Мать умерла, когда Иван Сергеевич был уже прославленным, но в царской России опальным автором «Записок охотника», как раз из-за своих обличительных, как он их называл, очерков. И что он проделал, вступив в наследство и пытаясь хозяйствовать? Дёшево продал созревший урожай пшеницы. Дорого заплатил за негодных лошадей. Обрушил немало устоев, которые прежде держали хозяйство, много сделал для того, чтобы обвалить его совершенно. В письме приятелю своему Анненкову признавался, что, объехав все свои деревни, «…должно быть, показался моим крестьянам глуповатым малым».
Для хозяйствования у писателя не оказалось ни приличных успешному помещику знаний, ни нужных умений, с европейским-то его образованием.

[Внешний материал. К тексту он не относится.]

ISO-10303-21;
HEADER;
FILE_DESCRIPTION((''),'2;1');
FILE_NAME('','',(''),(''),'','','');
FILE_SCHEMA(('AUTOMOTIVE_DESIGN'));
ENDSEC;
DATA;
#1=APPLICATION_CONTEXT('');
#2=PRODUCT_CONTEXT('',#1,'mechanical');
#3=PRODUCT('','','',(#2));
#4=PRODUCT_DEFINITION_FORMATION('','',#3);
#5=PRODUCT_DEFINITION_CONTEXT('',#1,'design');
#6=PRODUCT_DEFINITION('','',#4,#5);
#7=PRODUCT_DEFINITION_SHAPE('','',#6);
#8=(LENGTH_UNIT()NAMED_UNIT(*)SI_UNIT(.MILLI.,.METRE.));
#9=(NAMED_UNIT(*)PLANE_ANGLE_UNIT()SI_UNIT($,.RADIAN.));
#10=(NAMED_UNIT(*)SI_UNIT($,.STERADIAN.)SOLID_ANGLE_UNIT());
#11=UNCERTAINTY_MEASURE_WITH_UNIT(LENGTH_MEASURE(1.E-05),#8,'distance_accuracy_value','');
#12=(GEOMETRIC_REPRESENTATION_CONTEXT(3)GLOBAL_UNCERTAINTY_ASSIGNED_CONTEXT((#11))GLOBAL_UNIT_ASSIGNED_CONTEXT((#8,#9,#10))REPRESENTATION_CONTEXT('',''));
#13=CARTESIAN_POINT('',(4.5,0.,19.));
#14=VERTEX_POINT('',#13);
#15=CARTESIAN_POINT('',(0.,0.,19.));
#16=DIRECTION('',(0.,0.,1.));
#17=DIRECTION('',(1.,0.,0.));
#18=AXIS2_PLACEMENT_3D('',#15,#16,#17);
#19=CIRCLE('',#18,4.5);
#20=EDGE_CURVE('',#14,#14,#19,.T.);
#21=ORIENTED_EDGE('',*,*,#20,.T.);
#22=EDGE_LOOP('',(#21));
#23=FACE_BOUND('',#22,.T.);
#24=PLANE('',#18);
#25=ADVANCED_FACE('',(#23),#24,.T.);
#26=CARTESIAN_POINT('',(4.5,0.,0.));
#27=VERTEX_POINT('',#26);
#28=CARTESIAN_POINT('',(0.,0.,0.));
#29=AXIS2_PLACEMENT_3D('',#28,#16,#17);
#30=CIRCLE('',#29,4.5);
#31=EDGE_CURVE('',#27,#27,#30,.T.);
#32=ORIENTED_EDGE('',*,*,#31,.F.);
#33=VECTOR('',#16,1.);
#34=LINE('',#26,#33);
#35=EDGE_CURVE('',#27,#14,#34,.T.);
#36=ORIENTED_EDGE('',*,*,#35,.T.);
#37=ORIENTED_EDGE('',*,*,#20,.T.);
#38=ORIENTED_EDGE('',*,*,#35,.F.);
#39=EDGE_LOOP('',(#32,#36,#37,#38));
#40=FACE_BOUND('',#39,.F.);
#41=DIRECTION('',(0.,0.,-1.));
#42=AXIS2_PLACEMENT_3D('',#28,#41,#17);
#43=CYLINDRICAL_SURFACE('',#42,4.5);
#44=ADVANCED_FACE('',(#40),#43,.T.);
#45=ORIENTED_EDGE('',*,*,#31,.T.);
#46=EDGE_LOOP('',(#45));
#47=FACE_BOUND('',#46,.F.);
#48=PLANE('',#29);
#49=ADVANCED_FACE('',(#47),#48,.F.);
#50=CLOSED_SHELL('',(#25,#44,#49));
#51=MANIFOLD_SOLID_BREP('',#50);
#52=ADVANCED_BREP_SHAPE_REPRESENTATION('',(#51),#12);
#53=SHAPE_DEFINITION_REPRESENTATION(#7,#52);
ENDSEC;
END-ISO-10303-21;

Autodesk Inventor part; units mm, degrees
ref_plane "YZ Plane" through (0, 0, 0) normal (1, 0, 0) x (0, 1, 0)
ref_plane "XZ Plane" through (0, 0, 0) normal (0, 1, 0) x (-1, 0, 0)
ref_plane "XY Plane" through (0, 0, 0) normal (0, 0, 1) x (1, 0, 0)
sketch "Sketch1" plane through (0, 0, 0) normal (0, 0, 1) x (1, 0, 0)
  circle A0 centre (0, 0) radius 4.5
  dimension "d0" = 9
extrude "Extrusion1" add sketch "Sketch1" along normal blind 19
properties part number "pIST"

Зато и в русских гимназиях дворян обучали греческому, чтобы они могли читать на нём Евангелия, Священное Писание, поскольку на русском Библия была издана лишь в последней четверти девятнадцатого века, в чём, открыв её, легко удостоверится каждый.

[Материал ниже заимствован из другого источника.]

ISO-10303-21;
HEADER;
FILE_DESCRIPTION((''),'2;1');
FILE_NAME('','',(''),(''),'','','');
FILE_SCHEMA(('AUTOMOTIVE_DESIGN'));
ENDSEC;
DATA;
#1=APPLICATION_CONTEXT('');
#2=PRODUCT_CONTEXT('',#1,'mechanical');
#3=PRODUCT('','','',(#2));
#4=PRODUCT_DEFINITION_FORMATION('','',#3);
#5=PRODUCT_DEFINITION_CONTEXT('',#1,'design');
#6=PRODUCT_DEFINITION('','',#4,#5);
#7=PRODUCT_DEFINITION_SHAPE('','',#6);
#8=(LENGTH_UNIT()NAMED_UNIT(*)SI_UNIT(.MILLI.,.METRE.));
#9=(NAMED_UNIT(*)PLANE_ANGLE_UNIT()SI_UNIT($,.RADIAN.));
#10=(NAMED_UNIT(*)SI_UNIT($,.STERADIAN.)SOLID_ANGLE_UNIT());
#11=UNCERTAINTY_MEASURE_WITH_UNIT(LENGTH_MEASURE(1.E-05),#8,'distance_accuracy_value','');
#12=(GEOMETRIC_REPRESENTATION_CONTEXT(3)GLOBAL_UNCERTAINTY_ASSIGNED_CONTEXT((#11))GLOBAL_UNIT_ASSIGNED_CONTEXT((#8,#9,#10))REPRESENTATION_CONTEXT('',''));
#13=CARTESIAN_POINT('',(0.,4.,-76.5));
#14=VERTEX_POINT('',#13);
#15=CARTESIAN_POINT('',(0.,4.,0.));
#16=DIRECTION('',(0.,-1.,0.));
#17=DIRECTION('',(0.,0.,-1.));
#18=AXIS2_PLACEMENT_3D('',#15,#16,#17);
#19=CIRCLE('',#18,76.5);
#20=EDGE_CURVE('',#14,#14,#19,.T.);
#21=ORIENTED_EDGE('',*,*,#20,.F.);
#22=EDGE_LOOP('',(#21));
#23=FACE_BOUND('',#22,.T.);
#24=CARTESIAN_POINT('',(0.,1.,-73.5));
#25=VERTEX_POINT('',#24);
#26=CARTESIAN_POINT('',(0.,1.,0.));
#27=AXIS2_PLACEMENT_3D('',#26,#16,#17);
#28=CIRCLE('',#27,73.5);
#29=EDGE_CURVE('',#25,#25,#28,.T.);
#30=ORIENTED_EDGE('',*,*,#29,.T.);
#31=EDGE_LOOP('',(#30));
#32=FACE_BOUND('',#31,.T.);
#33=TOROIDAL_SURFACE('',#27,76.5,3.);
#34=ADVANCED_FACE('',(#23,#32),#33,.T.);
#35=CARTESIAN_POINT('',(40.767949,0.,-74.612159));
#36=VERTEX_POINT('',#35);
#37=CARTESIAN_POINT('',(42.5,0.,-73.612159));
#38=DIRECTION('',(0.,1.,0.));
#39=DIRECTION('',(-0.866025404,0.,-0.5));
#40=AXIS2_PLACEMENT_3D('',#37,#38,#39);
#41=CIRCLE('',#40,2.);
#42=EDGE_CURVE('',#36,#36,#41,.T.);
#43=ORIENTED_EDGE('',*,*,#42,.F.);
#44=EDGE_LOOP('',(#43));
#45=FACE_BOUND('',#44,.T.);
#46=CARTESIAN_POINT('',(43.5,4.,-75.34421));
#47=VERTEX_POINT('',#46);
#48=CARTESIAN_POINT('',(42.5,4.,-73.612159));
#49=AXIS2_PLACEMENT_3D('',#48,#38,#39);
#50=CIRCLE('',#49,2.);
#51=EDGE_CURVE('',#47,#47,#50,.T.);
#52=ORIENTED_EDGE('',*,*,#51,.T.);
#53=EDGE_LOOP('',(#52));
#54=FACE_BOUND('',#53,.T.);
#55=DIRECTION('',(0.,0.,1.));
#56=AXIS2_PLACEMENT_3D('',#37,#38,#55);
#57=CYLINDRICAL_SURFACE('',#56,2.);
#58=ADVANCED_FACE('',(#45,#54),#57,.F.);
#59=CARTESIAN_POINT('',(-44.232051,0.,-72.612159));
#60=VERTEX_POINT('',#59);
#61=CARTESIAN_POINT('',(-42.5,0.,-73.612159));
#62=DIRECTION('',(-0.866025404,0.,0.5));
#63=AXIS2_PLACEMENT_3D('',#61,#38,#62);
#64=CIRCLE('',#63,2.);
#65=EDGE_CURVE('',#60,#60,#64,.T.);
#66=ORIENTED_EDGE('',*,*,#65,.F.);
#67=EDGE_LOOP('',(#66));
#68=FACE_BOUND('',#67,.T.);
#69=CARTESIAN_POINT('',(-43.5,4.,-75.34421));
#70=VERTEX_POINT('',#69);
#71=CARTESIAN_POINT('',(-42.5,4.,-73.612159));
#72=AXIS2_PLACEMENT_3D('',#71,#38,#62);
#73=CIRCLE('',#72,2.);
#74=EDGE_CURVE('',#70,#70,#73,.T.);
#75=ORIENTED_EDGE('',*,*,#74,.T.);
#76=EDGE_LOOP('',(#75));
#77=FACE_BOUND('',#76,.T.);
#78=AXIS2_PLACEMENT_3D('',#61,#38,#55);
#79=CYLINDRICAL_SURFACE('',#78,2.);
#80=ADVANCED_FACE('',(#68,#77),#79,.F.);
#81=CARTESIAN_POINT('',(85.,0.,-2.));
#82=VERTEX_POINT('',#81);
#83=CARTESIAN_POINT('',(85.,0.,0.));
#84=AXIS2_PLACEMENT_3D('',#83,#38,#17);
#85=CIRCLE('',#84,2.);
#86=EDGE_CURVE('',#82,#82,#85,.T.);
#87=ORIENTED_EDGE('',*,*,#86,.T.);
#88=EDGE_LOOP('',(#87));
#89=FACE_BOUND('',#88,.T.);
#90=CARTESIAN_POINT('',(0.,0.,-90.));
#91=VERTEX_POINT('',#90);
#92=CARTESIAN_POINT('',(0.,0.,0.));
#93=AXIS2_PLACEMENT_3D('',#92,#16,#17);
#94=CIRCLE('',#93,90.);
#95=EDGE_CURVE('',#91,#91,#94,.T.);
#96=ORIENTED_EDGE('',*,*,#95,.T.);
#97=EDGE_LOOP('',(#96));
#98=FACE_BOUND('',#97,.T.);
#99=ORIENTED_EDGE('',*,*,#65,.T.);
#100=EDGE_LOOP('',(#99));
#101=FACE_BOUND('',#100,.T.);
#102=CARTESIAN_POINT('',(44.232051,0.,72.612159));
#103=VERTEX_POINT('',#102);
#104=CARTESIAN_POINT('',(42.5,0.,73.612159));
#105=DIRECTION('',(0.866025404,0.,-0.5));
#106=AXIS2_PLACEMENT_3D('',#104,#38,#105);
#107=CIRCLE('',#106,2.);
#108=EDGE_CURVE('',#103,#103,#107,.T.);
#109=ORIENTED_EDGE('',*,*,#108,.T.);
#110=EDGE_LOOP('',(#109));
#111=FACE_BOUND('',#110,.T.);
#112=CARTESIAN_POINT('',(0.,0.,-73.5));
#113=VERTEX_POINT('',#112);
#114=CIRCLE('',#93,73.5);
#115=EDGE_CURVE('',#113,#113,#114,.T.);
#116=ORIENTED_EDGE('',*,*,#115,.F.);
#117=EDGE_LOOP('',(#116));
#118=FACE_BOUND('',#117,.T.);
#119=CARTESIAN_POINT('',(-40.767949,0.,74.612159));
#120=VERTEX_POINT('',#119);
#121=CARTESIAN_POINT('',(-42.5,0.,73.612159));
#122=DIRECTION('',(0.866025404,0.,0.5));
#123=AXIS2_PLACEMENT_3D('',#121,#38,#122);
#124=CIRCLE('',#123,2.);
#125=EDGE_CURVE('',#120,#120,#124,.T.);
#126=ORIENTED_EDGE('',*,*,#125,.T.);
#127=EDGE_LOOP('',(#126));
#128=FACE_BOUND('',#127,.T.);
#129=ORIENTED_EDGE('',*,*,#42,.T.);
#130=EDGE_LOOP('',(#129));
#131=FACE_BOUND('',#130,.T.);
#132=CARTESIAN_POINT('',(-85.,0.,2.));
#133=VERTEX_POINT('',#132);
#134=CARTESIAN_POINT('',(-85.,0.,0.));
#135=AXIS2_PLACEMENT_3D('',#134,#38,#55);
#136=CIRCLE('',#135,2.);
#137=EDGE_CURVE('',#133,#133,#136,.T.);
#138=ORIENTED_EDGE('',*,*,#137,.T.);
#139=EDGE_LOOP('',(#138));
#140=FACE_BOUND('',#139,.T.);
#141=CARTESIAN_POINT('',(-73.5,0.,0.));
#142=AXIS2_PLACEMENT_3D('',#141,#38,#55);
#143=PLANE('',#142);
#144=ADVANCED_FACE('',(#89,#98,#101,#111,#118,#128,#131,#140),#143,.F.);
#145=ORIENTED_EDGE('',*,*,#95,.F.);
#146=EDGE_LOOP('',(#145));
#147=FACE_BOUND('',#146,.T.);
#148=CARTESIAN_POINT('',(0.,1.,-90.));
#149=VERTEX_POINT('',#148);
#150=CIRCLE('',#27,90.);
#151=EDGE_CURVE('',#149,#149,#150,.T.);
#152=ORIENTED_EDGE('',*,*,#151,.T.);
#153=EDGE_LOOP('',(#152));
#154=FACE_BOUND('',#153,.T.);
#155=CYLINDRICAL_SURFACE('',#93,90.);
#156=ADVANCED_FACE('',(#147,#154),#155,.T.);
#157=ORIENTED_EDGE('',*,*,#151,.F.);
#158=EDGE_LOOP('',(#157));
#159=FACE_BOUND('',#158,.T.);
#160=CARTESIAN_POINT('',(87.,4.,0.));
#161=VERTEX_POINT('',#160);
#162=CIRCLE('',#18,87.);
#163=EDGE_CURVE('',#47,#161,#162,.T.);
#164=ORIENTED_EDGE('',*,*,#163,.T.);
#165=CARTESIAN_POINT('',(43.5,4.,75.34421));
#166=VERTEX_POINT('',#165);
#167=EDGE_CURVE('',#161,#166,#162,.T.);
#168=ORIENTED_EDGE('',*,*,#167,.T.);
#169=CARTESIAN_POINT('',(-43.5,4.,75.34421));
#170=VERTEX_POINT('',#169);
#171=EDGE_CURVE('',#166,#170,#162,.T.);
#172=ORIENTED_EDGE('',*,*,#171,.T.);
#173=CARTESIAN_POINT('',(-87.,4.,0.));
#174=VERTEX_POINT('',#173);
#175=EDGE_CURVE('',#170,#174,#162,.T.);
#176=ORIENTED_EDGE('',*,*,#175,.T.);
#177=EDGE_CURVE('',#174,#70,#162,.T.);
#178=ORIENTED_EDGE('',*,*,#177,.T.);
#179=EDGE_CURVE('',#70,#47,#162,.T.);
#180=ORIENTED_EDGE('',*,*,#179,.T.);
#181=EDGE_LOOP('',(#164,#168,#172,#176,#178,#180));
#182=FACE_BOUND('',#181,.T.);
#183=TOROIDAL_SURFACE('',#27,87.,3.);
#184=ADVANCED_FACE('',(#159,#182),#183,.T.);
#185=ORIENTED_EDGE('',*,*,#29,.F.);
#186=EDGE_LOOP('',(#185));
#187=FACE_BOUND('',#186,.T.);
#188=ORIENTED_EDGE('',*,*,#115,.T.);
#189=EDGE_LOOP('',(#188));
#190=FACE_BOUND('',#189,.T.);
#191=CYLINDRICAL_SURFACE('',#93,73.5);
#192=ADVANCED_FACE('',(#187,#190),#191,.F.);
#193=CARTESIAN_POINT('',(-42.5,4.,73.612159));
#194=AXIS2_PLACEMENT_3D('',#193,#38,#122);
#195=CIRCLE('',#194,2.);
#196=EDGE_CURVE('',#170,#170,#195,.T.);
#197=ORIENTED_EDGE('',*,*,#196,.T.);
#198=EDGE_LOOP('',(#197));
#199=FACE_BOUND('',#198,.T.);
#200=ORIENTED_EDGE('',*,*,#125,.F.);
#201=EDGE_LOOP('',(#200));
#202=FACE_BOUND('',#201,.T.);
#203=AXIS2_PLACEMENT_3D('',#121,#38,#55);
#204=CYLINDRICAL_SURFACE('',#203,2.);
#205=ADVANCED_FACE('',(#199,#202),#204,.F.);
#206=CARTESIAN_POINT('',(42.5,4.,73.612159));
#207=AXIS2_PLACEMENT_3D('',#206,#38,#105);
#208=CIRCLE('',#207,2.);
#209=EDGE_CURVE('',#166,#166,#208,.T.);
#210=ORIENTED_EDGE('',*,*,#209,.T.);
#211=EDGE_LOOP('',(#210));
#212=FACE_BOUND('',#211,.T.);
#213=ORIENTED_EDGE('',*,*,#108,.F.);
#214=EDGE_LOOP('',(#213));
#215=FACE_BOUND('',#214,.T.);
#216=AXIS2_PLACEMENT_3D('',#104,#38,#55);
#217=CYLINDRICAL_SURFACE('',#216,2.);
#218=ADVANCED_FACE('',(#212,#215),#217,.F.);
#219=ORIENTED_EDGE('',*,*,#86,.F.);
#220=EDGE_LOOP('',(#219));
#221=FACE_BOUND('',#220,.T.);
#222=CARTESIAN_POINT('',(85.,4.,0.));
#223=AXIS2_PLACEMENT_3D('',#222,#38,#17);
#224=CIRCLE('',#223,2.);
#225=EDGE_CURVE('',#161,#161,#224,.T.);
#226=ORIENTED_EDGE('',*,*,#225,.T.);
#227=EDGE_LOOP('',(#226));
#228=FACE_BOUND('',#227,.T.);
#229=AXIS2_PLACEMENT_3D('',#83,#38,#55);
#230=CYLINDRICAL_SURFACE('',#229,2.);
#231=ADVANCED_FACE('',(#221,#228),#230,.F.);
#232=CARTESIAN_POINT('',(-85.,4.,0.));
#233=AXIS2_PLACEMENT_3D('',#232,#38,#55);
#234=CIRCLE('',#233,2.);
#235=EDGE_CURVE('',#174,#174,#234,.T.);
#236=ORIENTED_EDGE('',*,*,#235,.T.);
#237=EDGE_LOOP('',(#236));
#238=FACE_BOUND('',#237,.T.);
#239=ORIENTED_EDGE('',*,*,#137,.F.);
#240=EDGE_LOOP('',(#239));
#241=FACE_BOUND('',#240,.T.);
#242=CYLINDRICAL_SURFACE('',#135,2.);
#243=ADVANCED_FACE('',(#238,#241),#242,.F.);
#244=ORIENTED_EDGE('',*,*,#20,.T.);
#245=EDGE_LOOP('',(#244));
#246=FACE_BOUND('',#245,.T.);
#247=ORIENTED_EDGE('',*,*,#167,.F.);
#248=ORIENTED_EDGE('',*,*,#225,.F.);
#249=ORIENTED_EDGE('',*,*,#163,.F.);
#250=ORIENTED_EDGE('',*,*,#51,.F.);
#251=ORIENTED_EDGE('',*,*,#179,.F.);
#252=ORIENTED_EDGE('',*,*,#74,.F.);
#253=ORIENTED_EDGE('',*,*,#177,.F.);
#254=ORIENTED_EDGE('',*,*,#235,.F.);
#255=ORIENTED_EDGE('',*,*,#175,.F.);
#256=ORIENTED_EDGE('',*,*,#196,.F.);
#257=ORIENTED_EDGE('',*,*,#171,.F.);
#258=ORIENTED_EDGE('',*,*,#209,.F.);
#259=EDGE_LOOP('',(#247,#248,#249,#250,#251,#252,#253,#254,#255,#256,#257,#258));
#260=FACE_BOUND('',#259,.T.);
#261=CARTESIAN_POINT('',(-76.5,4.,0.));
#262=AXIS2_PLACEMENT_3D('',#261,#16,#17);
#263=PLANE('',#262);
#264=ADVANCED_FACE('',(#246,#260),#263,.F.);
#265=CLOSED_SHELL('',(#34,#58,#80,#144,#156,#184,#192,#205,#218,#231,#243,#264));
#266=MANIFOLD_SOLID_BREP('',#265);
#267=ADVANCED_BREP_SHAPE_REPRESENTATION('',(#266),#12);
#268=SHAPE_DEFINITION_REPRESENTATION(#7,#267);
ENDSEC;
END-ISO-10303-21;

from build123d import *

# Parameters (mm, degrees)
SKETCH2_R          = 2
CUT_EXTRUDE1_DEPTH = 5
CIRPATTERN1_COUNT  = 6


with BuildPart() as part:
    # Sketch1 → Revolve1 (revolve)
    with BuildSketch(Plane.XY):
        with BuildLine():
            Line((-73.5, 0), (-90, 0))
            Line((-90, 0), (-90, 1))
            ThreePointArc((-90, 1), (-89.121320344, 3.121320344), (-87, 4))
            Line((-87, 4), (-76.5, 4))
            ThreePointArc((-76.5, 4), (-74.378679656, 3.121320344), (-73.5, 1))
            Line((-73.5, 1), (-73.5, 0))
        make_face()
    revolve(axis=Axis((0, 0, 0), (0, 1, 0)))

    # Sketch2 → Cut-Extrude1 (cut, through all)
    with BuildSketch(Plane(origin=(0, 4, 0), x_dir=(1, 0, 0), z_dir=(0, 1, 0))):
        with Locations((-85, 0)):
            Circle(SKETCH2_R)
    cut_extrude1 = extrude(amount=-CUT_EXTRUDE1_DEPTH, mode=Mode.SUBTRACT)

    # CirPattern1: Cut-Extrude1 ×6 about axis
    cirpattern1_axis = Axis((0, 0, 0), (0, 1, 0))
    for i in range(1, CIRPATTERN1_COUNT):
        add(cut_extrude1.rotate(cirpattern1_axis, i * 360 / CIRPATTERN1_COUNT), mode=Mode.SUBTRACT)


solid = part.part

Оставим историкам и политологам подсчитывать бесчисленные причины народных возмущений. Лишь отметим, что, стремясь к доходам и уровню жизни, как в тёплой Европе, где можно перезимовать без дров, меховой шубы, валенок, шапки и рукавиц, в тонких нитяных чулочках, едва ли не босиком, помещики в холодной России выжимали все жизненные соки из крепостного крестьянства, обрекая его на пожизненную беспросветную нищету. А в частые неурожаи и на голод. Нас сейчас больше интересует, что полезного нам даёт возможность увидеть в общественном состоянии той России, лишь едва, словно мизинцем, задетом тургеневским описанием в «Отцах и детях», наша медицинская специальность. Я имею в виду состояние психики экономически и общественно значимых слоёв, а лучше сказать, — классов в России отображённого писателем исторического периода. При большом желании можно гораздо подробнее рассмотреть среднестатистическое распределение психических состояний по классам и трансформацию, переходы этих состояний из одного в другое в течение жизни того или иного индивидуума. Но это для действительно интересующихся, на самостоятельный разбор. Книги социалистического периода написаны совершенно о другом, в этом смысле они существенно уступают досоветской русской классике. Я думаю, что в нормально функционирующем государстве должен осуществляться постоянный контроль психического состояния всех слоёв общества. К этой мысли меня привёл анализ именно русской литературы девятнадцатого века. Не помешало бы мониторить психику и сопредельных с Россией народов, польза этого очевидна. Можно уйти от международных эксцессов заблаговременно.